10. Answer the phone with “Blue bear, blue bear, this is red bull”, and before agreeing on having a conversation, get them to say the ‘secret phrase’
9. Agree with something they never said: “Yeah, shoot em all. It’s the only language they understand”
8. Answer the phone with “Chello, Mexican embassy? *sneeze* Chow can I chelp joo?”
7. Answer the phone with “Jim’s taxidermy? You snuff ’em, we stuff ’em!”
6. Shout every third word of your sentence. Or do it in some sort of Fibonachi sequence.
5. Mimic the accent of the other guy on the phone. Works particularly well with Northerners.

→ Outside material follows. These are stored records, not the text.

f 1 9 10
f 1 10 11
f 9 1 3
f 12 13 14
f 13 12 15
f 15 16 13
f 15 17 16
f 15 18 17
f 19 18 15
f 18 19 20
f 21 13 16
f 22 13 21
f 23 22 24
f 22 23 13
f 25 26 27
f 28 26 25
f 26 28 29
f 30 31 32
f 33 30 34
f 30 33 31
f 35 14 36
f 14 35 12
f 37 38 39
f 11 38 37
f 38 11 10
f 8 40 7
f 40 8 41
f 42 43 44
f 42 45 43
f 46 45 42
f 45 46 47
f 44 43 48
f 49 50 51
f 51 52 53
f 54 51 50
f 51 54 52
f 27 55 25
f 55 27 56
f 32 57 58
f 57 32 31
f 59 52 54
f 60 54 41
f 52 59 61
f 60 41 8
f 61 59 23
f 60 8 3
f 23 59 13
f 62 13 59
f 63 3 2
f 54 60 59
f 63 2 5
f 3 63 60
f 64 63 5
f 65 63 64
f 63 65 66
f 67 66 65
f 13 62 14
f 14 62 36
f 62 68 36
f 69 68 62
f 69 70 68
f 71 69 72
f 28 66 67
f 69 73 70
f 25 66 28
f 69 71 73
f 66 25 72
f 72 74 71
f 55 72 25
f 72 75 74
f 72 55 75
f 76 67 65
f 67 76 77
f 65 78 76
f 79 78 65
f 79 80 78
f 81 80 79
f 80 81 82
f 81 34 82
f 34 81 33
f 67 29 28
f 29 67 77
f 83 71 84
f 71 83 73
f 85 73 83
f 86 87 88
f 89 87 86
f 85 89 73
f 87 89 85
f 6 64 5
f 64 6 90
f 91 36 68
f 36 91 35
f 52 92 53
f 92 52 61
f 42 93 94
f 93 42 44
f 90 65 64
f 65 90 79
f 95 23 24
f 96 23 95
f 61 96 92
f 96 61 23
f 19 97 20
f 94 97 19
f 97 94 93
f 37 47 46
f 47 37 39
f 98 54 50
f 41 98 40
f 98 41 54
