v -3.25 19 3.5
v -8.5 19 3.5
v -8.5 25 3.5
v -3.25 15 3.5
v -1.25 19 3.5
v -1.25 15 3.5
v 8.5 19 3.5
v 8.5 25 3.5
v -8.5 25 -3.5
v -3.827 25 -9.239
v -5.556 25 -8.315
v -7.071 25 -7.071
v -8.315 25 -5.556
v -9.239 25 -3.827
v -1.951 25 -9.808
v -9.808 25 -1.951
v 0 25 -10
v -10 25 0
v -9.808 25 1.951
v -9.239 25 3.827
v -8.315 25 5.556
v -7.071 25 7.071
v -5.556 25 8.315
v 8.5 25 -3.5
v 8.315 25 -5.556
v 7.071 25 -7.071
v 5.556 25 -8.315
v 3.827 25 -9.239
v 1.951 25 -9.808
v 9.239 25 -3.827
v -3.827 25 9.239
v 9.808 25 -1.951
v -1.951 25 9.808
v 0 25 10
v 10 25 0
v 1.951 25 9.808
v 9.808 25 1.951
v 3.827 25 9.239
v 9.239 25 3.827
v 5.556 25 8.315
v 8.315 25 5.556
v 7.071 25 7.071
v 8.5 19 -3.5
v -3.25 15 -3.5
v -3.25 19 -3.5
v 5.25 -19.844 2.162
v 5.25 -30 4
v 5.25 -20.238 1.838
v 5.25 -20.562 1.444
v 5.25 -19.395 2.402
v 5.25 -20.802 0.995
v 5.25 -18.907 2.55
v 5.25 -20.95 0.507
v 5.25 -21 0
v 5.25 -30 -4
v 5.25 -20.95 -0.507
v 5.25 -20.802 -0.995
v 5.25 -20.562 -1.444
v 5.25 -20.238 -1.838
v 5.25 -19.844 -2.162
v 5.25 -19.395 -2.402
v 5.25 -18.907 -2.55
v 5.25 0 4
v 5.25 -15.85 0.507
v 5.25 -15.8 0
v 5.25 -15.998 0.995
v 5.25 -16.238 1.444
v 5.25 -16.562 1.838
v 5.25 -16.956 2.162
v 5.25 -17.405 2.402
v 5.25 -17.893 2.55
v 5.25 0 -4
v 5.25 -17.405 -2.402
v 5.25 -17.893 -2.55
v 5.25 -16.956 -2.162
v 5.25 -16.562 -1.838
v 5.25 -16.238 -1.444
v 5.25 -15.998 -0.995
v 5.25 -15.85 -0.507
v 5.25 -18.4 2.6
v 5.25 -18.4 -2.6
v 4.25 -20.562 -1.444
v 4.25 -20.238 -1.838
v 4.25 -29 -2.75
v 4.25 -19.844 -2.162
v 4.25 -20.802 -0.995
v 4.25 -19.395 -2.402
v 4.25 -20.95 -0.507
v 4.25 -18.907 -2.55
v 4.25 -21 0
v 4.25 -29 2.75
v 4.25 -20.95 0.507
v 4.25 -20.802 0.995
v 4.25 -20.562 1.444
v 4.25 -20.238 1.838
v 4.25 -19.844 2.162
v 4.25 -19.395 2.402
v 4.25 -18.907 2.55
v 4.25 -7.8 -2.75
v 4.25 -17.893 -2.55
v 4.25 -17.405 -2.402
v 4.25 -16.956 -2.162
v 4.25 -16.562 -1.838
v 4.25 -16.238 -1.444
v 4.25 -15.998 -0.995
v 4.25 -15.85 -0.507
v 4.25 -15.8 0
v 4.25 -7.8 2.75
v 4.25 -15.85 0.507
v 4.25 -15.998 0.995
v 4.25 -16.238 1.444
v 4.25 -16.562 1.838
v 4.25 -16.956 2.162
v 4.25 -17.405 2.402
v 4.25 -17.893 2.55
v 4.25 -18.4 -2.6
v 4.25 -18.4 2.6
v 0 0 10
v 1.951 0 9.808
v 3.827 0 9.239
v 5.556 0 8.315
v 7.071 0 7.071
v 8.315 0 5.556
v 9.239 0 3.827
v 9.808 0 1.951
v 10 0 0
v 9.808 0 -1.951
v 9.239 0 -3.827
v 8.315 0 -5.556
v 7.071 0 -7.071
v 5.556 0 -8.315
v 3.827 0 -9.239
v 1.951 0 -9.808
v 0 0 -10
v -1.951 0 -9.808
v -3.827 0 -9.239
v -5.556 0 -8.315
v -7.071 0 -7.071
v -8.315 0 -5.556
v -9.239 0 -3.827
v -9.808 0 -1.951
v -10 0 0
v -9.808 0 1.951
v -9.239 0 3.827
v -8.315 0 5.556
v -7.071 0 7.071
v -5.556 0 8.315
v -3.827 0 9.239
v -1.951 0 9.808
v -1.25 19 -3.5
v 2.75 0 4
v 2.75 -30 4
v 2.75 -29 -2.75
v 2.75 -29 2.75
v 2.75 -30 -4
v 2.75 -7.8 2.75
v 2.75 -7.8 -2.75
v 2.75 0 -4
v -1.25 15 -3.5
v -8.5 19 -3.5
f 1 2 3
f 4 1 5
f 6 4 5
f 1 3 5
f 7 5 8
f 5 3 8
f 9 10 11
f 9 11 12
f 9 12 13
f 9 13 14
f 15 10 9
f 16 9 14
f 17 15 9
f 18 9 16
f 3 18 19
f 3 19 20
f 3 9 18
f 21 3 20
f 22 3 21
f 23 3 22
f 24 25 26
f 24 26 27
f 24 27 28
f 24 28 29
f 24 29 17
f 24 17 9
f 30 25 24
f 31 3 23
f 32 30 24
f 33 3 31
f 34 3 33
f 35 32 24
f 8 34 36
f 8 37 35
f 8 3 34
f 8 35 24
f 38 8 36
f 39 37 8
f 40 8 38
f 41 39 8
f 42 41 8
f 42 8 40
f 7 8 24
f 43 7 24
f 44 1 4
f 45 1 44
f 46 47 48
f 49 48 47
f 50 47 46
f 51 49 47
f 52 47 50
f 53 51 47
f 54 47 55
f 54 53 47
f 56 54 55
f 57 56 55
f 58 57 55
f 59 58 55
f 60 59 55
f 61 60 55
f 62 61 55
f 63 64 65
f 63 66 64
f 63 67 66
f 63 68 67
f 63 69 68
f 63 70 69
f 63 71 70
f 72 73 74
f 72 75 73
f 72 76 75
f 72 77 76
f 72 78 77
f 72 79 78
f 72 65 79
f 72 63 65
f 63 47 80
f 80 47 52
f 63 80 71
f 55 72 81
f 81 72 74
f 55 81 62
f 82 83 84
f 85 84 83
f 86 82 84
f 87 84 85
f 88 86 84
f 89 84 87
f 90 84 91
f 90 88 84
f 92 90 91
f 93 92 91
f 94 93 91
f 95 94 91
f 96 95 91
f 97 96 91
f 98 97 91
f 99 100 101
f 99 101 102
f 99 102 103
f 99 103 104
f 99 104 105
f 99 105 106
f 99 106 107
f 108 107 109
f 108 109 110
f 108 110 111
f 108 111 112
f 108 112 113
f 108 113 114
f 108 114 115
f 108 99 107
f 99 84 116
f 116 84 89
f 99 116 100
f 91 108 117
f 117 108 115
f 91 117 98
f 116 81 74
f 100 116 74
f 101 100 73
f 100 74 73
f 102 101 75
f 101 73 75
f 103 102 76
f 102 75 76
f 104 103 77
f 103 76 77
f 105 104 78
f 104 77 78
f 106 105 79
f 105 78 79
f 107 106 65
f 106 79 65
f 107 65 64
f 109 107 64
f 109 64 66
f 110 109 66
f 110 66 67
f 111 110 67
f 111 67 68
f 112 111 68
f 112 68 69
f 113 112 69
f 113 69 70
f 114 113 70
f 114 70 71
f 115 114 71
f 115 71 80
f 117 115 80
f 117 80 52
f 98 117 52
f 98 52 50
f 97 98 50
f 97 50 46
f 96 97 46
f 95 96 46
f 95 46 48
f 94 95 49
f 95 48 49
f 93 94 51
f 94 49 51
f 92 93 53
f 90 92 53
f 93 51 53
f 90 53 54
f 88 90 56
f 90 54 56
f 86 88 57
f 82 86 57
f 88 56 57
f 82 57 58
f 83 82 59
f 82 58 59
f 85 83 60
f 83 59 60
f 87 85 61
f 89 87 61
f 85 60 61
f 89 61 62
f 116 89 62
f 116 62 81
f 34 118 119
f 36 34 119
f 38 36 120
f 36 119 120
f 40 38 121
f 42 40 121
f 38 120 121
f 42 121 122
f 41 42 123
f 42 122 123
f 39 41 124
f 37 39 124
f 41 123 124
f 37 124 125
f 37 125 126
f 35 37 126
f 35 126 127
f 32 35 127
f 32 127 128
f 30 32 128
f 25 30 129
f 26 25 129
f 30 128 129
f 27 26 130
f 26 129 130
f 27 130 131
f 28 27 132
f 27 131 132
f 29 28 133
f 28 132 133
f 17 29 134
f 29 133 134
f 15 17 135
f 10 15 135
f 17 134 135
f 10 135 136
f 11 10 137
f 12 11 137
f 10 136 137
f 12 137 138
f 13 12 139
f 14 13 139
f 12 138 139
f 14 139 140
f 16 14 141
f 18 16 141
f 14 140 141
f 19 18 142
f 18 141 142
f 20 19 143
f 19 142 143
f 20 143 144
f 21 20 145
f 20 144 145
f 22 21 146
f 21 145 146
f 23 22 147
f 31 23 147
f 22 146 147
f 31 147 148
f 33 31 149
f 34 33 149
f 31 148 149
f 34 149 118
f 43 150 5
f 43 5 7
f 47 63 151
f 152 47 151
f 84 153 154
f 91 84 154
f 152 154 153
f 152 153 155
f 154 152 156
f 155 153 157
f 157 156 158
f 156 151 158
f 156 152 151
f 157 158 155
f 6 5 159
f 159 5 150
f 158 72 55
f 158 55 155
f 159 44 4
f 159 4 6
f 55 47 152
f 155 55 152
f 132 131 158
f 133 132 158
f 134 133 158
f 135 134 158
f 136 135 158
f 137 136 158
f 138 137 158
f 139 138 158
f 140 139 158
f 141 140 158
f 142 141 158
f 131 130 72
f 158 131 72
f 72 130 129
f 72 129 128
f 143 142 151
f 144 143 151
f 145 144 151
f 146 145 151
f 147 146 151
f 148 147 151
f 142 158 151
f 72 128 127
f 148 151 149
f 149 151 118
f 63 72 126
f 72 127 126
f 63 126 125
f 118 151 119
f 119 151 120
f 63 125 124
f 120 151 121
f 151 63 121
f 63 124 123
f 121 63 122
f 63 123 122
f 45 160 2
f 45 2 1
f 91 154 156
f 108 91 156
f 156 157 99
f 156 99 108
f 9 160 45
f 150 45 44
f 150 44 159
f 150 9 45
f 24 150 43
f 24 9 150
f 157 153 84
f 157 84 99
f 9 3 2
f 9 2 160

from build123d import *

# Parameters (mm, degrees)
SKETCH3_R           = 10
BOSS_EXTRUDE1_DEPTH = 25
SKETCH4_W           = 2.5
SKETCH4_H           = 8
BOSS_EXTRUDE2_DEPTH = 30
CUT_EXTRUDE1_REACH  = 37.108
SKETCH5_R           = 2.6
SKETCH6_W           = 5.5
SKETCH6_H           = 21.2
CUT_EXTRUDE2_DEPTH  = 1.5
SKETCH7_W           = 17
SKETCH7_H           = 7
CUT_EXTRUDE3_DEPTH  = 6
SKETCH8_W           = 2
SKETCH8_H           = 7
CUT_EXTRUDE4_DEPTH  = 4


with BuildPart() as part:
    # Sketch3 → Boss-Extrude1 (new body)
    with BuildSketch(Plane(origin=(0, 0, 0), x_dir=(1, 0, 0), z_dir=(0, 1, 0))):
        with Locations(Location((0, 0, 0), (0, 0, 270))):
            Circle(SKETCH3_R)
    extrude(amount=BOSS_EXTRUDE1_DEPTH)

    # Sketch4 → Boss-Extrude2 (add)
    with BuildSketch(Plane(origin=(0, 0, 0), x_dir=(-1, 0, 0), z_dir=(0, -1, 0))):
        with Locations((-4, 0)):
            Rectangle(SKETCH4_W, SKETCH4_H)
    extrude(amount=BOSS_EXTRUDE2_DEPTH)

    # Sketch5 → Cut-Extrude1 (cut, up to next)
    with BuildSketch(Plane(origin=(5.25, 0, 0), x_dir=(0, 0, -1), z_dir=(1, 0, 0)), mode=Mode.PRIVATE) as cut_extrude1_sk1:
        with Locations((0, -18.4)):
            Circle(SKETCH5_R)
    cut_extrude1_tool1 = extrude(cut_extrude1_sk1.sketch, amount=-CUT_EXTRUDE1_REACH, mode=Mode.PRIVATE) & part.part
    add(cut_extrude1_tool1.solids().sort_by_distance((5.25, -18.4, 0))[0], mode=Mode.SUBTRACT)

    # Sketch6 → Cut-Extrude2 (cut)
    with BuildSketch(Plane.ZY.offset(-2.75)):
        with Locations((0, -18.4)):
            Rectangle(SKETCH6_W, SKETCH6_H)
    extrude(amount=-CUT_EXTRUDE2_DEPTH, mode=Mode.SUBTRACT)

    # Sketch7 → Cut-Extrude3 (cut)
    with BuildSketch(Plane(origin=(0, 25, 0), x_dir=(1, 0, 0), z_dir=(0, 1, 0))):
        Rectangle(SKETCH7_W, SKETCH7_H)
    extrude(amount=-CUT_EXTRUDE3_DEPTH, mode=Mode.SUBTRACT)

    # Sketch8 → Cut-Extrude4 (cut)
    with BuildSketch(Plane(origin=(0, 19, 0), x_dir=(1, 0, 0), z_dir=(0, 1, 0))):
        with Locations((-2.25, 0)):
            Rectangle(SKETCH8_W, SKETCH8_H)
    extrude(amount=-CUT_EXTRUDE4_DEPTH, mode=Mode.SUBTRACT)


solid = part.part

4. Pretend they have called the local Chinese restaurant, and keep confirming with them that they want “Number Fifree free wiv rice”.
3. Cry down the phone and keep asking them why nobody understands your ‘crippling emotional dysfunction’.
2. Keep asking ‘why?’ at everything they say.
1. Pretend to be interested in what they are saying, then slowly make the conversation more and more surreal. Some suggestions include:
a. pretending you are interested in taking a loan because you are an international criminal who spent too much money trying to kill James Bond, before realising that he doesn’t exist.
b. pretending you are interested in double glazing in order to ‘stop the bees getting me’
c. pretending you need that new car loan in order to drive to your new giraffe farm. Those giraffes won’t be able to teach themselves the harmonicca, eh!